> [Work instruction]:
Begin with the first line of the entries below. Copy each line exactly, stopping after the one that contains "#313=FACE_BOUND('',#312,.T.);".

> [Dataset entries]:
━━━━━━━━

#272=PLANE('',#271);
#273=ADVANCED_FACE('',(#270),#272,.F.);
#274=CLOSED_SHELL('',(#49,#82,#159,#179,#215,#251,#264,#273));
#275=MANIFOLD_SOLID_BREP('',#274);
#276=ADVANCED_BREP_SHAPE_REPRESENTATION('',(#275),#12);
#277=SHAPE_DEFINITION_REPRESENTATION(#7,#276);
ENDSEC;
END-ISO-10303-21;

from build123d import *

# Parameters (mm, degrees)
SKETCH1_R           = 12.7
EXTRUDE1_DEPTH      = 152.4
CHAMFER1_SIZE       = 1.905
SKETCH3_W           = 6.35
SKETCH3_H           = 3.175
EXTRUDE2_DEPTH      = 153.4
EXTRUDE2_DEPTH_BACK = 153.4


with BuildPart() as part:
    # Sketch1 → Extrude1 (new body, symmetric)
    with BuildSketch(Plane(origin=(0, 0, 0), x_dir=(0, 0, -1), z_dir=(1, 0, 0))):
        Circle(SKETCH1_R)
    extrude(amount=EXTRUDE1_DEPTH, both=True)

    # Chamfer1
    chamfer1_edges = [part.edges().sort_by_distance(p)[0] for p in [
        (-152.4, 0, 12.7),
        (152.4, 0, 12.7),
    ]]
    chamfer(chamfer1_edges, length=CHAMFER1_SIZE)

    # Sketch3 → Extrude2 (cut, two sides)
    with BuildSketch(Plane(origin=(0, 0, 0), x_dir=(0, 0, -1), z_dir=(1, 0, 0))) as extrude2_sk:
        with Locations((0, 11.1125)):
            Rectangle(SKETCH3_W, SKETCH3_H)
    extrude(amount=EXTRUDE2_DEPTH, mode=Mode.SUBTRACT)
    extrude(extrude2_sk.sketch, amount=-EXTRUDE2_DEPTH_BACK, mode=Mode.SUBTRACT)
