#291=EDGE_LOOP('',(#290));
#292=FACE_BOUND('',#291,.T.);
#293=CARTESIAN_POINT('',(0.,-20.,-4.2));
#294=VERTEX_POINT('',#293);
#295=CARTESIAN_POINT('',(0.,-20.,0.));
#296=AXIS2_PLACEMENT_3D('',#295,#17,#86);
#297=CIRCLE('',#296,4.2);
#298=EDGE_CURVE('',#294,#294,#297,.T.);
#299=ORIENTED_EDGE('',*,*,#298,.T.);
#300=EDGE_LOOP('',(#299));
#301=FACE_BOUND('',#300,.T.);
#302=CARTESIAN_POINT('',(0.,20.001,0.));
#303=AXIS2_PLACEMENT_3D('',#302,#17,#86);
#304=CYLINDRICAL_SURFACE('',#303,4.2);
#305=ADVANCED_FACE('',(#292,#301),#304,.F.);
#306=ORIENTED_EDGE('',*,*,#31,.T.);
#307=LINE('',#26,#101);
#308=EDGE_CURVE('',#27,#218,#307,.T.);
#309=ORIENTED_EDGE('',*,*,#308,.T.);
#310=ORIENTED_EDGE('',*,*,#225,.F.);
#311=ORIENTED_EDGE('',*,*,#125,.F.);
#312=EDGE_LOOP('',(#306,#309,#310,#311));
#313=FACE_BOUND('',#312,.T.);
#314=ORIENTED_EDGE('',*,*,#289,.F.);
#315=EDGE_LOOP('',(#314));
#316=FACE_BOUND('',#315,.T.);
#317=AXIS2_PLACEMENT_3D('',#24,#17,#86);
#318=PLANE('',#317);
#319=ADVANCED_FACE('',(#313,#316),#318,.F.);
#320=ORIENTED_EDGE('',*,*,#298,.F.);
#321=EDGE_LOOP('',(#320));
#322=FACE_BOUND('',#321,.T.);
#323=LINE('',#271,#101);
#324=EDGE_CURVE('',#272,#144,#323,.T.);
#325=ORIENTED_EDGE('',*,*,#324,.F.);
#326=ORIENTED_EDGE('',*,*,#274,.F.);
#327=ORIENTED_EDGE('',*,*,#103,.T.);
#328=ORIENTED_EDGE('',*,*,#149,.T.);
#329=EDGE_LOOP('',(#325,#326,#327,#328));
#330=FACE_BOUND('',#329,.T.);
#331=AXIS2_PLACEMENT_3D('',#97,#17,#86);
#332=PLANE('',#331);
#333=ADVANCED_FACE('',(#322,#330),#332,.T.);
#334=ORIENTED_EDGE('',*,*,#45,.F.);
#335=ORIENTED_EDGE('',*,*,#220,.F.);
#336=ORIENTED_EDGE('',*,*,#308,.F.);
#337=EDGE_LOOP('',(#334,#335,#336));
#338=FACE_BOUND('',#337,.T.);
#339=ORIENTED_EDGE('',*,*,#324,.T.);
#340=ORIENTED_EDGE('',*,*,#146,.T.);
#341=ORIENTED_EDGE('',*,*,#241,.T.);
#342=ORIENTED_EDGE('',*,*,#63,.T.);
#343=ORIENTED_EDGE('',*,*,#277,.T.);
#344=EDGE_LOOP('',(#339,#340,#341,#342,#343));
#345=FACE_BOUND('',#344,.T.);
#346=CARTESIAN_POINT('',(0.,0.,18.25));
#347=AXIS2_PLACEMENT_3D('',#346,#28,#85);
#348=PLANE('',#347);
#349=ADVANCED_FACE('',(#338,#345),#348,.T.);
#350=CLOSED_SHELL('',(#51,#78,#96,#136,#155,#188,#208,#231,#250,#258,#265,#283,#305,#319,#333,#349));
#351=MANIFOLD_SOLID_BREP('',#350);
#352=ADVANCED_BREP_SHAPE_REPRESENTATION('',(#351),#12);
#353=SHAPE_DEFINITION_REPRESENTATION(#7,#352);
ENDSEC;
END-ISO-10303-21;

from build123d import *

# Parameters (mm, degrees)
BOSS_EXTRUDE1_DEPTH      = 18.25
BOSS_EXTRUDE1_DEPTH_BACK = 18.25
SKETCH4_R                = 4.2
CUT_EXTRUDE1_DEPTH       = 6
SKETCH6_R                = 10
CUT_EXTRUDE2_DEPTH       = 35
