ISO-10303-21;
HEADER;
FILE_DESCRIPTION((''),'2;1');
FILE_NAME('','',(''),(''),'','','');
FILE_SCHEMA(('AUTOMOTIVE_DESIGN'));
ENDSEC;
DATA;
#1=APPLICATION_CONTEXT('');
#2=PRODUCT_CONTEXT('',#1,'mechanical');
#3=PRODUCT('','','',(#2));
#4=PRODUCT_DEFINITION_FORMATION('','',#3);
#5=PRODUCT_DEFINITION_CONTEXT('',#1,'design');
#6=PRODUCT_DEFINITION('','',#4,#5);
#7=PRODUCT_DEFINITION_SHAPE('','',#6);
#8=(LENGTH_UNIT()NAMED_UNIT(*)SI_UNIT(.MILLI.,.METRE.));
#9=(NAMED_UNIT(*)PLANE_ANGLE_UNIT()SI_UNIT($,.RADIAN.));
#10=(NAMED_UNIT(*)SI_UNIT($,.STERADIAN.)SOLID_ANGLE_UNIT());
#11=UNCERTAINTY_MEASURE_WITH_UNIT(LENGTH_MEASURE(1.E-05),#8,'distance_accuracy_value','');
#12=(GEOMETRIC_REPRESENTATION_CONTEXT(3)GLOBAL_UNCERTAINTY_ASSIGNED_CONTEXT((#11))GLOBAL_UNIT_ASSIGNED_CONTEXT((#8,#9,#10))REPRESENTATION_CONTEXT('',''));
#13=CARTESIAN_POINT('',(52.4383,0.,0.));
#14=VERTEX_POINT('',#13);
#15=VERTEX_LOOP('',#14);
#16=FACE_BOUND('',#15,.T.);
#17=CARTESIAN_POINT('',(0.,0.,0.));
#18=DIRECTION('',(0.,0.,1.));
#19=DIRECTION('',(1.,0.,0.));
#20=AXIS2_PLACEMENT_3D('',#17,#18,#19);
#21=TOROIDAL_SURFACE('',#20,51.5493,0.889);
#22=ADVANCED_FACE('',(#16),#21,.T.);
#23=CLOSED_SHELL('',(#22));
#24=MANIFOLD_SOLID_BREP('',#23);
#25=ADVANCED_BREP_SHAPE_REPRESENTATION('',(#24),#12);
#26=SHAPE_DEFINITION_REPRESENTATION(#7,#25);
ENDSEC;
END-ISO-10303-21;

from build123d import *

# Parameters (mm, degrees)
SKETCH1_R = 0.889


with BuildPart() as part:
    # Sketch1 → Revolve1 (revolve)
    with BuildSketch(Plane(origin=(0, 0, 0), x_dir=(0, -1, 0), z_dir=(1, 0, 0))):
        with Locations((51.5493, 0)):
            Circle(SKETCH1_R)
    revolve(axis=Axis((0, 0, 0.889), (0, 0, -1)))


solid = part.part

━━━━━━━━

> [Task result]:
#272=PLANE('',#271);
#273=ADVANCED_FACE('',(#270),#272,.F.);
#274=CLOSED_SHELL('',(#49,#82,#159,#179,#215,#251,#264,#273));
#275=MANIFOLD_SOLID_BREP('',#274);
#276=ADVANCED_BREP_SHAPE_REPRESENTATION('',(#275),#12);
#277=SHAPE_DEFINITION_REPRESENTATION(#7,#276);
ENDSEC;
END-ISO-10303-21;

from build123d import *

# Parameters (mm, degrees)
SKETCH1_R           = 12.7
EXTRUDE1_DEPTH      = 152.4
CHAMFER1_SIZE       = 1.905
SKETCH3_W           = 6.35
SKETCH3_H           = 3.175
EXTRUDE2_DEPTH      = 153.4
EXTRUDE2_DEPTH_BACK = 153.4


with BuildPart() as part:
    # Sketch1 → Extrude1 (new body, symmetric)
    with BuildSketch(Plane(origin=(0, 0, 0), x_dir=(0, 0, -1), z_dir=(1, 0, 0))):
        Circle(SKETCH1_R)
    extrude(amount=EXTRUDE1_DEPTH, both=True)

    # Chamfer1
    chamfer1_edges = [part.edges().sort_by_distance(p)[0] for p in [
        (-152.4, 0, 12.7),
        (152.4, 0, 12.7),
    ]]
    chamfer(chamfer1_edges, length=CHAMFER1_SIZE)

    # Sketch3 → Extrude2 (cut, two sides)
    with BuildSketch(Plane(origin=(0, 0, 0), x_dir=(0, 0, -1), z_dir=(1, 0, 0))) as extrude2_sk:
        with Locations((0, 11.1125)):
            Rectangle(SKETCH3_W, SKETCH3_H)
    extrude(amount=EXTRUDE2_DEPTH, mode=Mode.SUBTRACT)
    extrude(extrude2_sk.sketch, amount=-EXTRUDE2_DEPTH_BACK, mode=Mode.SUBTRACT)
#291=EDGE_LOOP('',(#290));
#292=FACE_BOUND('',#291,.T.);
#293=CARTESIAN_POINT('',(0.,-20.,-4.2));
#294=VERTEX_POINT('',#293);
#295=CARTESIAN_POINT('',(0.,-20.,0.));
#296=AXIS2_PLACEMENT_3D('',#295,#17,#86);
#297=CIRCLE('',#296,4.2);
#298=EDGE_CURVE('',#294,#294,#297,.T.);
#299=ORIENTED_EDGE('',*,*,#298,.T.);
#300=EDGE_LOOP('',(#299));
#301=FACE_BOUND('',#300,.T.);
#302=CARTESIAN_POINT('',(0.,20.001,0.));
#303=AXIS2_PLACEMENT_3D('',#302,#17,#86);
#304=CYLINDRICAL_SURFACE('',#303,4.2);
#305=ADVANCED_FACE('',(#292,#301),#304,.F.);
#306=ORIENTED_EDGE('',*,*,#31,.T.);
#307=LINE('',#26,#101);
#308=EDGE_CURVE('',#27,#218,#307,.T.);
#309=ORIENTED_EDGE('',*,*,#308,.T.);
#310=ORIENTED_EDGE('',*,*,#225,.F.);
#311=ORIENTED_EDGE('',*,*,#125,.F.);
#312=EDGE_LOOP('',(#306,#309,#310,#311));
#313=FACE_BOUND('',#312,.T.);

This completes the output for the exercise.